Vaststaat dat Y op 11 augustus 2021 in dienst is getreden bij L'Exception in de functie van administratief medewerker op de afdeling financiën. Tussen partijen is niet in geschil dat er op de afdeling financiën sprake is van twee soorten werkzaamheden: vastleggende en analyserende werkzaamheden. L'Exception heeft niet, althans onvoldoende gemotiveerd, weersproken dat vastleggende werkzaamheden onderling uitwisselbaar zijn. Daar het begrip “dezelfde werkzaamheden” uit artikel 7:682 lid 4 BW niet te beperkt moet worden uitgelegd, ligt thans de vraag voor of de werkzaamheden die Y verricht zijn aan te merken als vastleggende dan wel als analyserende werkzaamheden. Indien sprake is van vastleggende werkzaamheden, leidt dit tot de conclusie dat L'Exception de wederindiensttredingsvoorwaarde heeft geschonden. Het hof overweegt dat dit het geval is. De omstandigheid dat Y in de ogen van L'Exception door haar kennis en ervaring beter is toegerust voor de door haar verrichte vastleggende werkzaamheden dan werknemer, zeker na zijn herseninfarcten, maakt dit niet anders. De arbeidsovereenkomst van werknemer is immers ontbonden om bedrijfseconomische redenen (de a-grond) en niet wegens ziekte of gebrek (de b-grond) of ongeschiktheid voor de werkzaamheden uit andere oorzaak dan ziekte of gebrek (de d-grond).
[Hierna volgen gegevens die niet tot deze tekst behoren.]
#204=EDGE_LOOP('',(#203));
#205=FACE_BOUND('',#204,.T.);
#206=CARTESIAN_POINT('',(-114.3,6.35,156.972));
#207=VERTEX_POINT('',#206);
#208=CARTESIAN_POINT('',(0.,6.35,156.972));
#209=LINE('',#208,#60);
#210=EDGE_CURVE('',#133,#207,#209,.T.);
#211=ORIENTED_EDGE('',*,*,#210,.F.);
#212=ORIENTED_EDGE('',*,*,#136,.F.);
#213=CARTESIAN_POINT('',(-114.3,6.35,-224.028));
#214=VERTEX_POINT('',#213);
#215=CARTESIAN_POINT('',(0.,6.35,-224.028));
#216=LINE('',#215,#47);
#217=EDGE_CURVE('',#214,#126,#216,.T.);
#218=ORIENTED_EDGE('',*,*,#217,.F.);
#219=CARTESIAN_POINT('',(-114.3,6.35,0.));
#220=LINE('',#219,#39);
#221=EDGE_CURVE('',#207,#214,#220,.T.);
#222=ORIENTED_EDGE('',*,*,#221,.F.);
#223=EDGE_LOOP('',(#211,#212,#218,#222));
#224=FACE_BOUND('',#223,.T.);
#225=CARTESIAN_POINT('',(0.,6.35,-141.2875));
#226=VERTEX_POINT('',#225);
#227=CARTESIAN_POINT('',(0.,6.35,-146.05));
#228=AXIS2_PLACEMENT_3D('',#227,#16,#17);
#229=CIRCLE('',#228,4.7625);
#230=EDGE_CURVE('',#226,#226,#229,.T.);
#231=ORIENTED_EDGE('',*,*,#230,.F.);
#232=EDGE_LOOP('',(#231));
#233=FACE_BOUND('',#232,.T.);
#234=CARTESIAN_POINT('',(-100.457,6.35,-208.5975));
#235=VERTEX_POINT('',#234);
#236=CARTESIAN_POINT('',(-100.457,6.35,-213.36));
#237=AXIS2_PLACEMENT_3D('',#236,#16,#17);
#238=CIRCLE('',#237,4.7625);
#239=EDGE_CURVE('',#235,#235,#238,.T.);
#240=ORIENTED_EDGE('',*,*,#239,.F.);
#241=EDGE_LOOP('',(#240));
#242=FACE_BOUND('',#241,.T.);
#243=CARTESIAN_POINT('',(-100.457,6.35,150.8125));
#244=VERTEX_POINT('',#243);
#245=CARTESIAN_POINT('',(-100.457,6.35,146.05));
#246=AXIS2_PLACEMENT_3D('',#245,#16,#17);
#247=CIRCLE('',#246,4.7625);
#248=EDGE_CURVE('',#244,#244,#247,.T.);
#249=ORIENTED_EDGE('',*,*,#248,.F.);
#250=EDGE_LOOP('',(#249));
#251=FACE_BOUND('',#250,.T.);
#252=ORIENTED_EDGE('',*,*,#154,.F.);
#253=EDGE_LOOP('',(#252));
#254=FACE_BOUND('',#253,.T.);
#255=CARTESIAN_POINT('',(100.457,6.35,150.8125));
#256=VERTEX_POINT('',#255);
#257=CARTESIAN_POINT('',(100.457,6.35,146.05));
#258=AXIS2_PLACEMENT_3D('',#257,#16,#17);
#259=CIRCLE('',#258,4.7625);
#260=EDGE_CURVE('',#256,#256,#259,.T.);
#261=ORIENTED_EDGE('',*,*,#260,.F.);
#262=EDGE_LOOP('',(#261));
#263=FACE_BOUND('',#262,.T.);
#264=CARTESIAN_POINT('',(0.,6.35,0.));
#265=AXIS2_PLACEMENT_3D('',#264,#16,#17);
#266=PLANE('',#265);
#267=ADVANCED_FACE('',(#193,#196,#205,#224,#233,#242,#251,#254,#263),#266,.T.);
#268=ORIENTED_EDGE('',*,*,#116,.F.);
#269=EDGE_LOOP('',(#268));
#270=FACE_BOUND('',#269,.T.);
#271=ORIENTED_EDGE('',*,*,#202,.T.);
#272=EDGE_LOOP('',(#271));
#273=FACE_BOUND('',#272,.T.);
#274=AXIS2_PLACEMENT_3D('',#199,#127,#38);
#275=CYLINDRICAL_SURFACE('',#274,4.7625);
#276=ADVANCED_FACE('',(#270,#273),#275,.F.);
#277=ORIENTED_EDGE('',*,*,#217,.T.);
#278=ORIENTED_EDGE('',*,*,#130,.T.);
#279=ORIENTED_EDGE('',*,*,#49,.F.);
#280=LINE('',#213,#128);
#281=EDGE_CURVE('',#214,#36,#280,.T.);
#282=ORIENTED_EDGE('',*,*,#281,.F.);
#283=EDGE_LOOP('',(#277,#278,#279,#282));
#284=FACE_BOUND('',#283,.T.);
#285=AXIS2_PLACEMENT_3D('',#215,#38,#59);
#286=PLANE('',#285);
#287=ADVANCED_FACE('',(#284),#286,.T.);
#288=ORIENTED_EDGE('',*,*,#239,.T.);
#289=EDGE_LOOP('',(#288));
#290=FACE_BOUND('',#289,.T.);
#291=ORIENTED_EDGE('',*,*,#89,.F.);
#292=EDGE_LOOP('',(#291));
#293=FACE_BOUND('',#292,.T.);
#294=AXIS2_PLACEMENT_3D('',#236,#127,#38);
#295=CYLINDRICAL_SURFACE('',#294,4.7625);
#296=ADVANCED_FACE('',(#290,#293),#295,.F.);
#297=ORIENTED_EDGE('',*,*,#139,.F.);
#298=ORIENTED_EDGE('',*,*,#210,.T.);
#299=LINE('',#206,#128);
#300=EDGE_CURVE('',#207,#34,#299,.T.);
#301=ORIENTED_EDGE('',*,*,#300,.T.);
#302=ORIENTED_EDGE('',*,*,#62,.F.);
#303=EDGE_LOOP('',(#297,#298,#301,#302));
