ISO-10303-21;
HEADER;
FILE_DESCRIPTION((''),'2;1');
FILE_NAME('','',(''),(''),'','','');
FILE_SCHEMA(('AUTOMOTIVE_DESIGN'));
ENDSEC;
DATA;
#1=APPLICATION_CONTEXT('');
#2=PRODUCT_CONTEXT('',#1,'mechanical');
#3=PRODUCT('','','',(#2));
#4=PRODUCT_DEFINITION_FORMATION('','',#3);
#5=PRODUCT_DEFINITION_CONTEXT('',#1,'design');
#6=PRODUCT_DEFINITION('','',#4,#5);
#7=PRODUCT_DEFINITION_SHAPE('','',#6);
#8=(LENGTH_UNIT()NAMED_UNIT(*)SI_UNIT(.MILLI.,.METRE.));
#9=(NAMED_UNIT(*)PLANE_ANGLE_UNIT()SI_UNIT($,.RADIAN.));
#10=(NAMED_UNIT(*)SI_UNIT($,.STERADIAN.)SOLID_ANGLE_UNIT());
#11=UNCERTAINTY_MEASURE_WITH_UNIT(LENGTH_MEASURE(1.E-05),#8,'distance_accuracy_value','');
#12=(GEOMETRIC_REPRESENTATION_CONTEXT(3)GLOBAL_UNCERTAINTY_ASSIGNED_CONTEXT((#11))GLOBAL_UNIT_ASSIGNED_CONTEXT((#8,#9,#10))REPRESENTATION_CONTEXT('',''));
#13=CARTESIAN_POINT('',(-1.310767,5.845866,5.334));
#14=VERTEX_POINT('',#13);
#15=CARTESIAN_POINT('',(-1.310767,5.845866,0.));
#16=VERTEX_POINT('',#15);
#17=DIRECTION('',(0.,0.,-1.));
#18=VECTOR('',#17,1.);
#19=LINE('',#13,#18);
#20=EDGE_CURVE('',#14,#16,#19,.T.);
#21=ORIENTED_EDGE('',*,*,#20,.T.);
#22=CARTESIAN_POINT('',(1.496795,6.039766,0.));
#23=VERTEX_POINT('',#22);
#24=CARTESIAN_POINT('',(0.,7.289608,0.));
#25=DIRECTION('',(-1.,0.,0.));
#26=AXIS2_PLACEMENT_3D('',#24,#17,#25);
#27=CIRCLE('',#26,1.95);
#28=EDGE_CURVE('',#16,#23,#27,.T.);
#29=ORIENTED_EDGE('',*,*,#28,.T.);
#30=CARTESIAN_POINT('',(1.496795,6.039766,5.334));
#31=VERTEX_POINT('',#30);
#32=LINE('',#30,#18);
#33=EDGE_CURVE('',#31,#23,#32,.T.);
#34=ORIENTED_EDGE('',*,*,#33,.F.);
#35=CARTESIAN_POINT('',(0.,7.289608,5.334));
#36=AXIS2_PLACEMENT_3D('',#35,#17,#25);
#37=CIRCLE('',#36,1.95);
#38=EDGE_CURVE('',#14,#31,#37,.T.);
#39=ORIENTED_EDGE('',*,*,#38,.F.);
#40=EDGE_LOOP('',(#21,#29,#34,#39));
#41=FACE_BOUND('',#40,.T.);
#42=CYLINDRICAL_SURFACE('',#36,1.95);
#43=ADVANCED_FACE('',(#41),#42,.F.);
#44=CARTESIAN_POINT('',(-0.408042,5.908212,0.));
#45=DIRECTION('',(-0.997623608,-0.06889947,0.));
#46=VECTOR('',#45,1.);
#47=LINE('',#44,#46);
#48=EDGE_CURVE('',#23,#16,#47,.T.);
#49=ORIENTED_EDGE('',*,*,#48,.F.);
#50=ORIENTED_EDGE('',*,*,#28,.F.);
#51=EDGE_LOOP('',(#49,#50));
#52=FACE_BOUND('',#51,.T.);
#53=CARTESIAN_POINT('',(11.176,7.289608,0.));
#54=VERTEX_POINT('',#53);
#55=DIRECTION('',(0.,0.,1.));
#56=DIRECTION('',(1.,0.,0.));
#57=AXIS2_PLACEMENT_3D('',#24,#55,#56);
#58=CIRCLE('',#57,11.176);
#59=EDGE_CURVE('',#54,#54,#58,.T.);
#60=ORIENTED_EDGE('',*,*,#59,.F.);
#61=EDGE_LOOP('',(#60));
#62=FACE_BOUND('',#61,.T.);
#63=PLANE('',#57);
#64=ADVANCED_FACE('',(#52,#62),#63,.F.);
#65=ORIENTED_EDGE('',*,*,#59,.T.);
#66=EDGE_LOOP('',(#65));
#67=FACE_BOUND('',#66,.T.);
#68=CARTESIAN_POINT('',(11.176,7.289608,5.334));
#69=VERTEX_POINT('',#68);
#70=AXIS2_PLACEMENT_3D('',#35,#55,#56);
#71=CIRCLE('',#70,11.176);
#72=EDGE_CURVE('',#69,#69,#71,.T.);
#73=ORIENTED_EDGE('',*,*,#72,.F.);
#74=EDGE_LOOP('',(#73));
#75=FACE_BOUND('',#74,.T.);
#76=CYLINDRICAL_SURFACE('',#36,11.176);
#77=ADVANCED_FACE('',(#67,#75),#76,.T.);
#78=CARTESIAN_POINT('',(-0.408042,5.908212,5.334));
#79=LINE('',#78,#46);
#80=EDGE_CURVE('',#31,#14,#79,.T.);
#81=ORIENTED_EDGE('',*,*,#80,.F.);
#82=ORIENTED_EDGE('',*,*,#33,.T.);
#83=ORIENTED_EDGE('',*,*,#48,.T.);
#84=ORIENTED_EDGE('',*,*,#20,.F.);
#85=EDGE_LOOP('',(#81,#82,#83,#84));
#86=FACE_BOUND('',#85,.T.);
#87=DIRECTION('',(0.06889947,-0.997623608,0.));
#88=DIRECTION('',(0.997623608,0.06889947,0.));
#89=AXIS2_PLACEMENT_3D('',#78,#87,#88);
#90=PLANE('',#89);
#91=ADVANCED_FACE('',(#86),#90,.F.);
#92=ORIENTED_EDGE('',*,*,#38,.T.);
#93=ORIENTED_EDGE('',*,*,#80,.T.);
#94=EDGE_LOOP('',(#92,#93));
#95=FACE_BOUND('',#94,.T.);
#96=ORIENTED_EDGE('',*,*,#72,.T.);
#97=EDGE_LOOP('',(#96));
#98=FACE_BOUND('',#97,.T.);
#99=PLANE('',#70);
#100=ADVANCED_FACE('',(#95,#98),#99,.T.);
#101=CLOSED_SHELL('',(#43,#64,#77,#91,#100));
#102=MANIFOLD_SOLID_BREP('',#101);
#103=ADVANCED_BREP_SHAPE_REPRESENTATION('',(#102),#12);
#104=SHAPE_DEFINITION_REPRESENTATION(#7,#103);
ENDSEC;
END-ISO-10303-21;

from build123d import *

# Parameters (mm, degrees)
SKETCH1_R           = 11.176
BOSS_EXTRUDE1_DEPTH = 5.334
CUT_EXTRUDE1_DEPTH  = 23.233605605


with BuildPart() as part:
    # Sketch1 → Boss-Extrude1 (new body)
    with BuildSketch(Plane.XY):
        with Locations((0, 7.2896082)):
            Circle(SKETCH1_R)
    extrude(amount=BOSS_EXTRUDE1_DEPTH)

    # Sketch2 → Cut-Extrude1 (cut, through all)
    with BuildSketch(Plane(origin=(0, 0, 0), x_dir=(-1, 0, 0), z_dir=(0, 0, -1))):
        with BuildLine():
            ThreePointArc((1.95, 7.2896082), (-0.664736598, 9.122809022), (-1.496795133, 6.039766478))
            Line((-1.496795133, 6.039766478), (1.310766563, 5.845866181))
            ThreePointArc((1.310766563, 5.845866181), (1.783044419, 6.50014471), (1.95, 7.2896082))
        make_face()
    extrude(amount=-CUT_EXTRUDE1_DEPTH, mode=Mode.SUBTRACT)


solid = part.part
De sanctie op overtreding van de wederindiensttredingsvoorwaarde is herstel van de arbeidsovereenkomst, dan wel een billijke vergoeding. Werknemer heeft verzocht om een billijke vergoeding toe te kennen; hij wenst niet terug te keren naar L'Exception. Het hof overweegt dat met de hier aan de orde zijnde billijke vergoeding, geen andere vergoeding wordt bedoeld dat de billijke vergoeding zoals die elders in de WWZ is opgenomen. Naar het oordeel van het hof is het handelen van L'Exception ernstig verwijtbaar, omdat het hof het aannemelijk acht dat zij door haar handelen bewust werknemer – een door twee herseninfarcten, zijn lange en eenzijdige arbeidsverleden bij L'Exception en zijn leeftijd kwetsbare werknemer – in strijd met de regels heeft ingewisseld voor een minder kwetsbare, minder dure werknemer met een ruimere up-to-date ervaring. Dit valt haar zwaar aan te rekenen. Mede gelet op het inkomensverlies van werknemer acht het hof een billijke vergoeding van € 55.000 bruto passend.